Biological Systems Engineering Laboratory, Department of Chemical Engineering and Chemical Technology, Imperial College London, London, United Kingdom.
Stem Cells Dev. 2012 Nov 20;21(17):3152-61. doi: 10.1089/scd.2012.0030. Epub 2012 Aug 16.
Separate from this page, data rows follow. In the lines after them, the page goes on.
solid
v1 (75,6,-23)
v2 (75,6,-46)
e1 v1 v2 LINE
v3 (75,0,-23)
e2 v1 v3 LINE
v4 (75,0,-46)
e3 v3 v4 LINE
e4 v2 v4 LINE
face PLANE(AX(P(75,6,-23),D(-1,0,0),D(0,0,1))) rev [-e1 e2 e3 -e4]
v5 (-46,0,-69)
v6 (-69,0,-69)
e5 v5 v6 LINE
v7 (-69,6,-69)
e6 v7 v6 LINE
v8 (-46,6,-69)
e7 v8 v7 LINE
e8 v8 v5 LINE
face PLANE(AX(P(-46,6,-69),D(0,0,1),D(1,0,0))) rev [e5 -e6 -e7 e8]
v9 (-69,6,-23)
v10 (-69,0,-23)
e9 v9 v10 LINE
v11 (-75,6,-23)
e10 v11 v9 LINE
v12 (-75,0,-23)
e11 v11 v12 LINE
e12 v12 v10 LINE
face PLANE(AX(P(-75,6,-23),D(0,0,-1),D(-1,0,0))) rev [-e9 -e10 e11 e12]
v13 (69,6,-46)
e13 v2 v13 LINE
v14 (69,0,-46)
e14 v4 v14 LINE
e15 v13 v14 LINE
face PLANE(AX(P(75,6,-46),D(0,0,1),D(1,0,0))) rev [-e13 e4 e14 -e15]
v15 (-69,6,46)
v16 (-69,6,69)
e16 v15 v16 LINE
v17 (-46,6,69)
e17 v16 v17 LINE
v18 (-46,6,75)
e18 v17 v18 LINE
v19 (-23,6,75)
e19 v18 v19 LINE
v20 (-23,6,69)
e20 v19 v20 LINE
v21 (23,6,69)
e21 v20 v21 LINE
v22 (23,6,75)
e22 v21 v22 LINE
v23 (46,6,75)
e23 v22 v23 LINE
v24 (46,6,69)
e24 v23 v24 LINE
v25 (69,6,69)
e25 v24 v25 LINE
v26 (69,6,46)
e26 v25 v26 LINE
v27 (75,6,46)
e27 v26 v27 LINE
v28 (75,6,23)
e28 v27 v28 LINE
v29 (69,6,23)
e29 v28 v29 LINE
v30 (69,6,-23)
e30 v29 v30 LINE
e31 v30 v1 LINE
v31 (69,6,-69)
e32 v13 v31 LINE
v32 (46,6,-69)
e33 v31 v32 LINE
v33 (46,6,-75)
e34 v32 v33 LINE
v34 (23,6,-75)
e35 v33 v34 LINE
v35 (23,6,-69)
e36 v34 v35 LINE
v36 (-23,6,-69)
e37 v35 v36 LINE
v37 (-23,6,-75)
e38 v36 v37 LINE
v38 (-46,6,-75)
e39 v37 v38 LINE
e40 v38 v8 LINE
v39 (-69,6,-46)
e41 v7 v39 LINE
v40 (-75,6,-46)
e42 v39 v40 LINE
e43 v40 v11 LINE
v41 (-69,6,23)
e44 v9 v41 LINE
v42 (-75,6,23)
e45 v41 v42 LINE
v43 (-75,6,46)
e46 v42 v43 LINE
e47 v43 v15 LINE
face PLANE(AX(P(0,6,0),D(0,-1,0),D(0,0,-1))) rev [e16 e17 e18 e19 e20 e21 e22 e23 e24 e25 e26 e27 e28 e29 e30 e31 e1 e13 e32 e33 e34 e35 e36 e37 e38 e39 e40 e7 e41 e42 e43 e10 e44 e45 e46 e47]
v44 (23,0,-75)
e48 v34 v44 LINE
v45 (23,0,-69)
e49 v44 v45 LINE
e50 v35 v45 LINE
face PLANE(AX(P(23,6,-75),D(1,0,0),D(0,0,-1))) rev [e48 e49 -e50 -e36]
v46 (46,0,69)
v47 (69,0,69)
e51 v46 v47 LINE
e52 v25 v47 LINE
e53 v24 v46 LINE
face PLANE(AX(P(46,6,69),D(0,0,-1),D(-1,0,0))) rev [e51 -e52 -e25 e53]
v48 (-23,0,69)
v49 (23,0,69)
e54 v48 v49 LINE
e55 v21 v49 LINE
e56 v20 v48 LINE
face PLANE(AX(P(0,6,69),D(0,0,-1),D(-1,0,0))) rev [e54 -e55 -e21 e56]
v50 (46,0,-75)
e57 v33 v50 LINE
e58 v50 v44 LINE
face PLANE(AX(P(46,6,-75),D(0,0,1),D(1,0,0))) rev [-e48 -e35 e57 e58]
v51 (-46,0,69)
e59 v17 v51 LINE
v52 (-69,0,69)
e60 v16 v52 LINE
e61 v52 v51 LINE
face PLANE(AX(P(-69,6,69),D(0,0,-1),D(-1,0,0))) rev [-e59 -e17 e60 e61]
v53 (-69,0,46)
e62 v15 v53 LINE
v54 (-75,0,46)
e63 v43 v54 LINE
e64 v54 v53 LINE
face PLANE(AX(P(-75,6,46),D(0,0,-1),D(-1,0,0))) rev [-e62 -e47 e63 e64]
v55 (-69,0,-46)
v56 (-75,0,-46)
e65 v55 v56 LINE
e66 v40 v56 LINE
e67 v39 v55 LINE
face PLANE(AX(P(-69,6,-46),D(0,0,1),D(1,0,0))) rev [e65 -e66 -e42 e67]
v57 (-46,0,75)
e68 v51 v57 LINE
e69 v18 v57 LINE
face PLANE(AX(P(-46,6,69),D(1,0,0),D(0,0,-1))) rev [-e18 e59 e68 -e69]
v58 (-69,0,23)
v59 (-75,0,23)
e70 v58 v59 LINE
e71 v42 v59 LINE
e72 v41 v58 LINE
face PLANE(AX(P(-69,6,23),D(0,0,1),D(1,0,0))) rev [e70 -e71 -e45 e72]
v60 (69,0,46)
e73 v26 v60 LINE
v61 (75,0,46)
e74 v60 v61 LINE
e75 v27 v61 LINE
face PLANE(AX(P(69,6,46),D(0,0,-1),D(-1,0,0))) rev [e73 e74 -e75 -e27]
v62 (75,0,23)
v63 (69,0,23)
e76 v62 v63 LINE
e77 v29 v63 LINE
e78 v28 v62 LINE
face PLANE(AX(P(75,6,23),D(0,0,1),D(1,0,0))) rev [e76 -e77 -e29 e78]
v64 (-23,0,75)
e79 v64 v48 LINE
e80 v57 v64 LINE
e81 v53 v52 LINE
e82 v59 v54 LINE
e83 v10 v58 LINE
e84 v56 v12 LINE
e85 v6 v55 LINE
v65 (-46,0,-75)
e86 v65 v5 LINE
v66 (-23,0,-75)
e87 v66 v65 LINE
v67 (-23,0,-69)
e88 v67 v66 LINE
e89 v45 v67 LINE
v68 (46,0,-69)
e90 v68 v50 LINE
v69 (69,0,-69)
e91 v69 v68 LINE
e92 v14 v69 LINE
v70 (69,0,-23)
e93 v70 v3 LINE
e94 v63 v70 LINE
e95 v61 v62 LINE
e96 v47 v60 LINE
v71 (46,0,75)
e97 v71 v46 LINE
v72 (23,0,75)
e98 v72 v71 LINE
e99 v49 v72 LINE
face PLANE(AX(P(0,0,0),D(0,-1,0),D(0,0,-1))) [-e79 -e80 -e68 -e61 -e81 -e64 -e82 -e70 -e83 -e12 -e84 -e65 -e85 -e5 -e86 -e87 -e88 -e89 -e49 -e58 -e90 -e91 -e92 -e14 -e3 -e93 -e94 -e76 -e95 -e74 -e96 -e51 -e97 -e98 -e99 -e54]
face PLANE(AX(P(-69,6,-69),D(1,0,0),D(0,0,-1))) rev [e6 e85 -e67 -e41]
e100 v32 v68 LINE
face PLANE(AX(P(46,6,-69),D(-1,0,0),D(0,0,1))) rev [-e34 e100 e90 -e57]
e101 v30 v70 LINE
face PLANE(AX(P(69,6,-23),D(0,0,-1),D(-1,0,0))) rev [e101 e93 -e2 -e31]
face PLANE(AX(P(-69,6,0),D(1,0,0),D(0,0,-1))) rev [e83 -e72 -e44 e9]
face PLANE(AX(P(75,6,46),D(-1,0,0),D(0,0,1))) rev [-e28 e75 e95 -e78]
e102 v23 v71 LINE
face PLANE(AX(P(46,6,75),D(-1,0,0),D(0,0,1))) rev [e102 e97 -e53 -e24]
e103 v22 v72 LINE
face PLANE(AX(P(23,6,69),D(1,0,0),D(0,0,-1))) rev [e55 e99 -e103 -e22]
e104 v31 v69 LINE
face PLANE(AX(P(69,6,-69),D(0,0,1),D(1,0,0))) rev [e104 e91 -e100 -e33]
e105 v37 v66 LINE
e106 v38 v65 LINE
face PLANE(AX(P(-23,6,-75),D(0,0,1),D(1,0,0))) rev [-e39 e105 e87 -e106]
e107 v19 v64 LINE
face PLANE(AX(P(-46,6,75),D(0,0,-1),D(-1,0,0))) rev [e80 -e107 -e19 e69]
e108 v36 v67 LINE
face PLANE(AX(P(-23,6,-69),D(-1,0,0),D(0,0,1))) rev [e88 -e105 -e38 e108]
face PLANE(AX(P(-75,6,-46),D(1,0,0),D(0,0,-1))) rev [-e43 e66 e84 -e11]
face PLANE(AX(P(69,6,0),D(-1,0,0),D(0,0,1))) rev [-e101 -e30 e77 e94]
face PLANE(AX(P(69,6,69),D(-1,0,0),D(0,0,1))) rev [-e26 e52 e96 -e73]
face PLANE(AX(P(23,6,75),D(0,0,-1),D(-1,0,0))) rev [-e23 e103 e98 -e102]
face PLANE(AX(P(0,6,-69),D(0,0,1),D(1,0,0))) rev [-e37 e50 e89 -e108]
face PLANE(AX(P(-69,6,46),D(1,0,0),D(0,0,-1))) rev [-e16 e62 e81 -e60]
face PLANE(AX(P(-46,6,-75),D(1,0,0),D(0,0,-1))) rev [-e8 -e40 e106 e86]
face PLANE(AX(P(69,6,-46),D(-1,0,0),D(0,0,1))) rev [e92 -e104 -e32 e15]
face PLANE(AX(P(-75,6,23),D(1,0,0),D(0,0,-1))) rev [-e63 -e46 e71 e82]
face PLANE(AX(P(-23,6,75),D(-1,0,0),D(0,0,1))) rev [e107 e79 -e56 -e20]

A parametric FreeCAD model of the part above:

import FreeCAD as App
import Part
import Sketcher
from FreeCAD import Vector

doc = App.newDocument("Part")
params = doc.addObject("Spreadsheet::Sheet", "Params")
for row, (alias, value) in enumerate([
    ("sketch1_width", "23 mm"),
    ("sketch1_width2", "6 mm"),
    ("sketch1_width3", "46 mm"),
    ("pad1_length", "6 mm"),
], start=1):
    params.set(f"A{row}", alias)
    params.set(f"B{row}", "=" + value)
    params.setAlias(f"B{row}", alias)

body = doc.addObject("PartDesign::Body", "Body")

# Sketch on XZ plane
sketch1 = body.newObject("Sketcher::SketchObject", "Sketch")
sketch1.AttachmentSupport = (doc.getObject("XZ_Plane"), [""])
sketch1.MapMode = "FlatFace"
sketch1.addGeometry([
    Part.LineSegment(Vector(-23, -69, 0), Vector(-23, -75, 0)),  # 0
    Part.LineSegment(Vector(-23, -75, 0), Vector(-46, -75, 0)),  # 1
    Part.LineSegment(Vector(-46, -75, 0), Vector(-46, -69, 0)),  # 2
    Part.LineSegment(Vector(-46, -69, 0), Vector(-69, -69, 0)),  # 3
    Part.LineSegment(Vector(-69, -69, 0), Vector(-69, -46, 0)),  # 4
    Part.LineSegment(Vector(-69, -46, 0), Vector(-75, -46, 0)),  # 5
    Part.LineSegment(Vector(-75, -46, 0), Vector(-75, -23, 0)),  # 6
    Part.LineSegment(Vector(-75, -23, 0), Vector(-69, -23, 0)),  # 7
    Part.LineSegment(Vector(-69, -23, 0), Vector(-69, 23, 0)),  # 8
    Part.LineSegment(Vector(-69, 23, 0), Vector(-75, 23, 0)),  # 9
    Part.LineSegment(Vector(-75, 23, 0), Vector(-75, 46, 0)),  # 10
    Part.LineSegment(Vector(-75, 46, 0), Vector(-69, 46, 0)),  # 11
    Part.LineSegment(Vector(-69, 46, 0), Vector(-69, 69, 0)),  # 12
    Part.LineSegment(Vector(-69, 69, 0), Vector(-46, 69, 0)),  # 13
    Part.LineSegment(Vector(-46, 69, 0), Vector(-46, 75, 0)),  # 14
    Part.LineSegment(Vector(-46, 75, 0), Vector(-23, 75, 0)),  # 15
    Part.LineSegment(Vector(-23, 75, 0), Vector(-23, 69, 0)),  # 16
    Part.LineSegment(Vector(-23, 69, 0), Vector(23, 69, 0)),  # 17
    Part.LineSegment(Vector(23, 69, 0), Vector(23, 75, 0)),  # 18
    Part.LineSegment(Vector(23, 75, 0), Vector(46, 75, 0)),  # 19
    Part.LineSegment(Vector(46, 75, 0), Vector(46, 69, 0)),  # 20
Embryonic stem cell (ESC) differentiation via embryoid body (EB) formation is an established method that generates the 3 germ layers. However, EB differentiation poses several problems including formation of heterogeneous cell populations. Previously, we have enhanced mesoderm derivation from murine ESCs (mESCs) using conditioned medium (CM) from HepG2 cells. We used this technique to direct hematopoiesis by generating "embryoid-like" colonies (ELCs) from mESCs without standard formation of EBs. Two predifferentiation conditions were tested: (1) mESCs cultured 3 days in standard predifferentiation medium (control) and (2) mESCs cultured 3 days in HepG2 CM (CM-mESCs). Both groups were then exposed to primary differentiation for 8 days (ELC-formation period) and 14 days of hematopoietic differentiation. Enhanced mesoderm formation was observed in the CM-mESC group with an almost 5-fold increase in ELC formation (P ≤ 0.05) and higher expression of mesoderm genes-Brachyury-T, Goosecoid, and Flk-1-compared with those of control mESCs. Hematopoietic colony formation by CM-mESCs was also enhanced by 2-fold at days 7 and 14 with earlier colony commitment compared with those of control mESCs (P ≤ 0.05). This early clonogenic capacity was confirmed morphologically by the presence of nucleated erythrocytes and macrophages as early as day 7 in CM-mESC culture using standard 14-day colony-forming assay. Early expression of hematopoietic primitive (ζ-globin) and definitive (β-globin) erythroid genes and proteins was also observed by day 7 in CM-mESC cultures. These data indicate that hematopoietic cells more quickly differentiate from CM-mESCs, compared with those using standard EB approaches, and provide an efficient bioprocess platform for erythroid-specific differentiation of ESCs.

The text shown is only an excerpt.